§ **EXERCISE DESCRIPTION**: Print, from the listing below, the lines starting at the line containing "Autodesk Inventor part; units mm, degrees" and ending at the line containing "arc A1 (76.2, -38.1)", exactly as they stand, and print nothing else.

-*-

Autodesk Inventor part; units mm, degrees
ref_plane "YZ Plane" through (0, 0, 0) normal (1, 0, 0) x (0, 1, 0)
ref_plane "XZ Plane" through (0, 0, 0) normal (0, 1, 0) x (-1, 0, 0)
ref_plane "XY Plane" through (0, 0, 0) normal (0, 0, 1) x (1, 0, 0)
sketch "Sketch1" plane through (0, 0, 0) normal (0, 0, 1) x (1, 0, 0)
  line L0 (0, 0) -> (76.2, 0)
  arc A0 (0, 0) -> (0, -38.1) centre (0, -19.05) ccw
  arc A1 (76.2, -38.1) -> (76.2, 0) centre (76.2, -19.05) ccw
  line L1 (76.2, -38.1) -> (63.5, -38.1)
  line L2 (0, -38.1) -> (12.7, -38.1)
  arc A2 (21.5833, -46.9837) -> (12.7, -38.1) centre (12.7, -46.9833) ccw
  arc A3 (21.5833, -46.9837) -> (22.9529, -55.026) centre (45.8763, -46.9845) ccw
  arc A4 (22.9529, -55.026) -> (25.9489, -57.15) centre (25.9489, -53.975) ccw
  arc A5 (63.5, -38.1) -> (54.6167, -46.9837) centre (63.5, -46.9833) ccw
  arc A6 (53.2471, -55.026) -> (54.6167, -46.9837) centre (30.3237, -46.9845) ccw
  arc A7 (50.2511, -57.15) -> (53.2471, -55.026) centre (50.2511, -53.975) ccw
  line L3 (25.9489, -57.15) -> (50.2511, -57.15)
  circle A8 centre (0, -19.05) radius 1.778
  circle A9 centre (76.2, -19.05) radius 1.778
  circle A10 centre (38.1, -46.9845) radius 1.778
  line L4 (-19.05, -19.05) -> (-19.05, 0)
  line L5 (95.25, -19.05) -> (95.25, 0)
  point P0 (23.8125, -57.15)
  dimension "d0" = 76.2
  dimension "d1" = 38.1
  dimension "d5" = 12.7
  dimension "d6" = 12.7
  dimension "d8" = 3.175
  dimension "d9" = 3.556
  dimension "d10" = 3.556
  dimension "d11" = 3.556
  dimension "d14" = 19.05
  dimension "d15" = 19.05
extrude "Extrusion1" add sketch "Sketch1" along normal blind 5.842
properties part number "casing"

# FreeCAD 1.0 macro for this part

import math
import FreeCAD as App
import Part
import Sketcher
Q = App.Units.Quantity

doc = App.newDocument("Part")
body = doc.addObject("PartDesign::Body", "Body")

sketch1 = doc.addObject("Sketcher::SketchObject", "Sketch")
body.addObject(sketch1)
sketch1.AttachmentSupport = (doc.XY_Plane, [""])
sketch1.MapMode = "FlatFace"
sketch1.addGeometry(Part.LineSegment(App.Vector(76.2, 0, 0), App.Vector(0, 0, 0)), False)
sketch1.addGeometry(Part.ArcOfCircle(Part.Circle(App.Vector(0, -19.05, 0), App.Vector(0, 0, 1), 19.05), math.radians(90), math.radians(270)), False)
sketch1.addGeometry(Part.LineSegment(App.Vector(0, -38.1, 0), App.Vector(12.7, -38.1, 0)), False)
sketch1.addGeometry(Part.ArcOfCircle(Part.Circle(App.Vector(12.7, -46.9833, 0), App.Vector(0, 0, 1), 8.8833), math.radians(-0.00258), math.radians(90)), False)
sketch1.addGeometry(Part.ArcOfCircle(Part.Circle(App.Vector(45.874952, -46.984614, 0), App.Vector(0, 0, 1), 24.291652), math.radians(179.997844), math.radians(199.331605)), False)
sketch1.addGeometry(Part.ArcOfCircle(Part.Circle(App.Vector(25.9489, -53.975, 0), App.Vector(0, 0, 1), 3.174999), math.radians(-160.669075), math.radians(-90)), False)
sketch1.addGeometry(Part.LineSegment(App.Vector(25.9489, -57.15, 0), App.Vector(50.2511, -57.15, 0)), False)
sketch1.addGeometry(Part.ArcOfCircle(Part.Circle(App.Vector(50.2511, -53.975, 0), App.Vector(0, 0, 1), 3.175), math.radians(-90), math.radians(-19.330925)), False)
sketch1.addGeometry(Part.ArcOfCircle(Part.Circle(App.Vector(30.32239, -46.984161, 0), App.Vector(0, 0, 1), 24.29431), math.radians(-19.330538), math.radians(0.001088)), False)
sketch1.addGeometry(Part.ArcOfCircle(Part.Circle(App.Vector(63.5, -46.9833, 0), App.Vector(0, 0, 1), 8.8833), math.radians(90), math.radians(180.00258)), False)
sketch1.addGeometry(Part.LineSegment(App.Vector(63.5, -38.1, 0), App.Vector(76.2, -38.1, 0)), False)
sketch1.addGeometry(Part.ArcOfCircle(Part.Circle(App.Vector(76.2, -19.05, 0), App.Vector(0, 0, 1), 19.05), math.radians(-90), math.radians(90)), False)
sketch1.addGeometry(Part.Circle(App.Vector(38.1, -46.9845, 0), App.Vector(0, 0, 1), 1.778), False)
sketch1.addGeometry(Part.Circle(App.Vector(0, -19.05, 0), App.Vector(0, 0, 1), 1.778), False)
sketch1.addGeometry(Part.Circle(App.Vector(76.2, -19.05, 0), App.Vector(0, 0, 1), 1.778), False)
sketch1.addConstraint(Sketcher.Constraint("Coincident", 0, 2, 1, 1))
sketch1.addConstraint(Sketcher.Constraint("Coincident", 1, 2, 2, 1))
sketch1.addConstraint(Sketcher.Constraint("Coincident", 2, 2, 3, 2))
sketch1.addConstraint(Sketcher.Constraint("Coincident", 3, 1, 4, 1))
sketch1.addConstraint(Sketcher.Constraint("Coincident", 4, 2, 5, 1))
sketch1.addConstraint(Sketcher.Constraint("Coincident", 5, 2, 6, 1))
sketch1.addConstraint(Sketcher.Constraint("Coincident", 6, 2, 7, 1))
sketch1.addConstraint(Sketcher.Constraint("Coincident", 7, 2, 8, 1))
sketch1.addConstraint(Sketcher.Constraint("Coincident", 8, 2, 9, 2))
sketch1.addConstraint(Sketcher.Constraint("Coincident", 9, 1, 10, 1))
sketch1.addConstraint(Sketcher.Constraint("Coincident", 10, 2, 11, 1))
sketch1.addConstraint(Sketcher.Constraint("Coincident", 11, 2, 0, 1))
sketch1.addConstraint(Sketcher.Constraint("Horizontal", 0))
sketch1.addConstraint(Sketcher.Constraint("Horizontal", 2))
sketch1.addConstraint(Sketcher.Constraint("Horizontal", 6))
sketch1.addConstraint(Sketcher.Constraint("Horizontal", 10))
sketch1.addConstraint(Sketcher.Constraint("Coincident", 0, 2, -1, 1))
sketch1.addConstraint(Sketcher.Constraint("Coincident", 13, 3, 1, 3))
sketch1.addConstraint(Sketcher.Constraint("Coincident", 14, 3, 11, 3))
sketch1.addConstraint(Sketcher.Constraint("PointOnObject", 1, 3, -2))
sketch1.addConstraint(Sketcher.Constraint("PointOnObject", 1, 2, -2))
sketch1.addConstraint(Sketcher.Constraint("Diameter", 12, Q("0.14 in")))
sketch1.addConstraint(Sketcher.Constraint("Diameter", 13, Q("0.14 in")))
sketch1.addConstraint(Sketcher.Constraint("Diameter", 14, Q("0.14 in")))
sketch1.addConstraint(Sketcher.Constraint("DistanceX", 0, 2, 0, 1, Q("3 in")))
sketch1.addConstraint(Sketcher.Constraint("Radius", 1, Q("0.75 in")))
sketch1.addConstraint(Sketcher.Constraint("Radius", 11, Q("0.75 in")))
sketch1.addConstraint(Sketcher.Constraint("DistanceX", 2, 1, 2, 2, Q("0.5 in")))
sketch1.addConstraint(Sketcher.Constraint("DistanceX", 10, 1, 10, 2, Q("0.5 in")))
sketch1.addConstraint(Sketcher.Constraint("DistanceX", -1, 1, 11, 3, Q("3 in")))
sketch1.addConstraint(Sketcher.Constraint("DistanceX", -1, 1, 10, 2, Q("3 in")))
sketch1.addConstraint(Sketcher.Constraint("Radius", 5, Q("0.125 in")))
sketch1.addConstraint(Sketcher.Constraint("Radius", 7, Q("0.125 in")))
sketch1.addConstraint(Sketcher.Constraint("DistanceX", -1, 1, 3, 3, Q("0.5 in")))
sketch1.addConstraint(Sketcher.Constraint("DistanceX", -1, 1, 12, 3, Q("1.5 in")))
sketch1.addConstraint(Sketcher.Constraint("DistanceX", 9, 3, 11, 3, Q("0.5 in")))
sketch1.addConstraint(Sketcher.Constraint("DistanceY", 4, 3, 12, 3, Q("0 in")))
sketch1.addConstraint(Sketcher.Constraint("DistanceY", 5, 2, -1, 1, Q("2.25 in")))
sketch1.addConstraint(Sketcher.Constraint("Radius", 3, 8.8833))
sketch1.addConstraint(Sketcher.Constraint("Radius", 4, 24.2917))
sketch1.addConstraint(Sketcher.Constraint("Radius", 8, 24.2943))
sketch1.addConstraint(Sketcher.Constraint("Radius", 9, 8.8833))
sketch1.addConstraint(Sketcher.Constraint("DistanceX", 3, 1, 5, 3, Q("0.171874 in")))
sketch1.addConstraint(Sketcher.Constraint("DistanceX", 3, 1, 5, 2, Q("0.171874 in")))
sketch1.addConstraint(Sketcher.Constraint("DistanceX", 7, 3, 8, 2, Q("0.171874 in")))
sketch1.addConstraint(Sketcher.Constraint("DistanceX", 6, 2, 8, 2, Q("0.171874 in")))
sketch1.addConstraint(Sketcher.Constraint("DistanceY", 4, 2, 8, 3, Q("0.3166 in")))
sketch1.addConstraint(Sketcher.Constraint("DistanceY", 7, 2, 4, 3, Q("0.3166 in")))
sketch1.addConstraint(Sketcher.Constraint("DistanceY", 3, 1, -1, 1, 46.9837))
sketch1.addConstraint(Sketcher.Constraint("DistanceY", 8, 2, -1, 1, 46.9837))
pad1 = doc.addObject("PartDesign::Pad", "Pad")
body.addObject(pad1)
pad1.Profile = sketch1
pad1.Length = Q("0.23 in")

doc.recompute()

-*-

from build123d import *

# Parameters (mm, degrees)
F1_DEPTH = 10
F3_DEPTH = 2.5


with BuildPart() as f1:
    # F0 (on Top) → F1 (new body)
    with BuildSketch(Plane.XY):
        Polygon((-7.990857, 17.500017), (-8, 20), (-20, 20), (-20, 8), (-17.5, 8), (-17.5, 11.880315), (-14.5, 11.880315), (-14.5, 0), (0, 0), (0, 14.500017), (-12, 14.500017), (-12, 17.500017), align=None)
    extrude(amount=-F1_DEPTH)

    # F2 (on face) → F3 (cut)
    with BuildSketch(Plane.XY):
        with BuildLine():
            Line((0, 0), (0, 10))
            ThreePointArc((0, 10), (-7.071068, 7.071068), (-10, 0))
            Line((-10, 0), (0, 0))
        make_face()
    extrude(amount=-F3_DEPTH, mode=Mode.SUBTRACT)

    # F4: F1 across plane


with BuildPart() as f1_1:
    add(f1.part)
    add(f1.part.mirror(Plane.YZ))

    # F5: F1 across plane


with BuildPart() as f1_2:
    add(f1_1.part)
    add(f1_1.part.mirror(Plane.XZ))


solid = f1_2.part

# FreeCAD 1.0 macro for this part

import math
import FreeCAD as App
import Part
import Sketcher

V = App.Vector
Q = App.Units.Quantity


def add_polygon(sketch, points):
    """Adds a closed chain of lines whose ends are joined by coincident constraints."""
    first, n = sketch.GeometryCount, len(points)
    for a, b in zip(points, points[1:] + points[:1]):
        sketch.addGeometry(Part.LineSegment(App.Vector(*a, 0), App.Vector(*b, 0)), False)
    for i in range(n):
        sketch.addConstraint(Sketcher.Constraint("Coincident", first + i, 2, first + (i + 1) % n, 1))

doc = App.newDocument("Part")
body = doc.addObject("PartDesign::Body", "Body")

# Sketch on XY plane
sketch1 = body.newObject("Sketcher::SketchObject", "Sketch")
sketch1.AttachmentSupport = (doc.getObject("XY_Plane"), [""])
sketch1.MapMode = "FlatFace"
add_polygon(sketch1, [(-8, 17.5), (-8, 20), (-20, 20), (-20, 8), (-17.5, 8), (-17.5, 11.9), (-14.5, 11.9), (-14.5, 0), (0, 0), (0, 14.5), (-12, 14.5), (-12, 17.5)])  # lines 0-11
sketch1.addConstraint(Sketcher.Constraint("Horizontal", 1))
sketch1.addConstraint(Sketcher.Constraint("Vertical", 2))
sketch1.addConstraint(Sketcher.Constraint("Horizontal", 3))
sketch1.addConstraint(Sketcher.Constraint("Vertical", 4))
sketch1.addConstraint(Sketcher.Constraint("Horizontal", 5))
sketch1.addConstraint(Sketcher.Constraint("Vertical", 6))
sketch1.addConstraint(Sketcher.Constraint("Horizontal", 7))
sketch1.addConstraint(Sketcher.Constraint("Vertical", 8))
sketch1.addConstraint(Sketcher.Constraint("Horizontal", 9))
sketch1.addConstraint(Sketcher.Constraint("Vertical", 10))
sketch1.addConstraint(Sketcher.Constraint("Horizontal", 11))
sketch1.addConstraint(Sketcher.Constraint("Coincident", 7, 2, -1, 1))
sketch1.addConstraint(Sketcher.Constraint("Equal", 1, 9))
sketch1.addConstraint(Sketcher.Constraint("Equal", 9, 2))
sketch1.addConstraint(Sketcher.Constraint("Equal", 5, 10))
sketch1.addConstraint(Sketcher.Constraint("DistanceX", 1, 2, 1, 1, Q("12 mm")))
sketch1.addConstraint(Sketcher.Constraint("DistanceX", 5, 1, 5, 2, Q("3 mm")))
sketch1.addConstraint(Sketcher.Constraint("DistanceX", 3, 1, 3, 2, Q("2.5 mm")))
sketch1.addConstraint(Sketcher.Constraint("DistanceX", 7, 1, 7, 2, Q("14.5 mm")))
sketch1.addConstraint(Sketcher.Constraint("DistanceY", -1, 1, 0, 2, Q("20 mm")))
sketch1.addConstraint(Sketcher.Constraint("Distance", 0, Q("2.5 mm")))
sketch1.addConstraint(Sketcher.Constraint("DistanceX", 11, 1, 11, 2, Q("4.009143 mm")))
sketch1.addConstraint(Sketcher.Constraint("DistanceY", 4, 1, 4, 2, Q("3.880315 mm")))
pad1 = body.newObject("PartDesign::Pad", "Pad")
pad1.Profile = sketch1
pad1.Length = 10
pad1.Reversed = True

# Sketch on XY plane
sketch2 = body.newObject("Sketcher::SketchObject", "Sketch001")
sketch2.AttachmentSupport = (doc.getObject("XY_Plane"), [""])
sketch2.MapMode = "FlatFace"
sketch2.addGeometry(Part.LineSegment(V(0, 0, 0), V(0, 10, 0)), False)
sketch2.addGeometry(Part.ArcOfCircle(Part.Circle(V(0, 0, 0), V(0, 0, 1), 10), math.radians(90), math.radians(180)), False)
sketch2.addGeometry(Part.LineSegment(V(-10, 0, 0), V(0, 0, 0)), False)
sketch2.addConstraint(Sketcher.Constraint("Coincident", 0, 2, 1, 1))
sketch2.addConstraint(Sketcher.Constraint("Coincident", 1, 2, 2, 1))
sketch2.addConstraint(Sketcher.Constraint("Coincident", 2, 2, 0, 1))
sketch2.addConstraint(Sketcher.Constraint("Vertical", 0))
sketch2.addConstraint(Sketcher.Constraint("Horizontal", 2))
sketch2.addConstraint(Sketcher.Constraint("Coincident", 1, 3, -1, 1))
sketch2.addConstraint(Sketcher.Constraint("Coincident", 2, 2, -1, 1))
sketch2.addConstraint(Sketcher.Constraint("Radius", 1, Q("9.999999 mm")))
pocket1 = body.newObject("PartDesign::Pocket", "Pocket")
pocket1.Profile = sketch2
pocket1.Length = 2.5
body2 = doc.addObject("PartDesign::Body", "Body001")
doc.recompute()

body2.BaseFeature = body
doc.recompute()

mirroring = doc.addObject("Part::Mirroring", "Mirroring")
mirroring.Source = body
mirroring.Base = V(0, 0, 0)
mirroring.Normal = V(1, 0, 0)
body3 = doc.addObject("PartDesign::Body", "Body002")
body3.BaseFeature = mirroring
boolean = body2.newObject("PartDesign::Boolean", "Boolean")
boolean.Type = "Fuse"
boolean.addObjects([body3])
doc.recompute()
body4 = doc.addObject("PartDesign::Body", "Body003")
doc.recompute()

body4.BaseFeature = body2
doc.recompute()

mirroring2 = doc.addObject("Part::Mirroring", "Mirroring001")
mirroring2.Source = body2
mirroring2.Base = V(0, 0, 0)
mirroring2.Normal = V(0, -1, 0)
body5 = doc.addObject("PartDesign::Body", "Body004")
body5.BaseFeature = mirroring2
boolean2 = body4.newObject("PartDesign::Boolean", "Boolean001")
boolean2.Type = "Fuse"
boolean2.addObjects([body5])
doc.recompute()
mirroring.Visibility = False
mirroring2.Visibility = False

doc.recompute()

-*-

§ **RESULT OF THIS TASK**:
Autodesk Inventor part; units mm, degrees
ref_plane "YZ Plane" through (0, 0, 0) normal (1, 0, 0) x (0, 1, 0)
ref_plane "XZ Plane" through (0, 0, 0) normal (0, 1, 0) x (-1, 0, 0)
ref_plane "XY Plane" through (0, 0, 0) normal (0, 0, 1) x (1, 0, 0)
sketch "Sketch1" plane through (0, 0, 0) normal (0, 0, 1) x (1, 0, 0)
  line L0 (0, 0) -> (76.2, 0)
  arc A0 (0, 0) -> (0, -38.1) centre (0, -19.05) ccw
  arc A1 (76.2, -38.1) -> (76.2, 0) centre (76.2, -19.05) ccw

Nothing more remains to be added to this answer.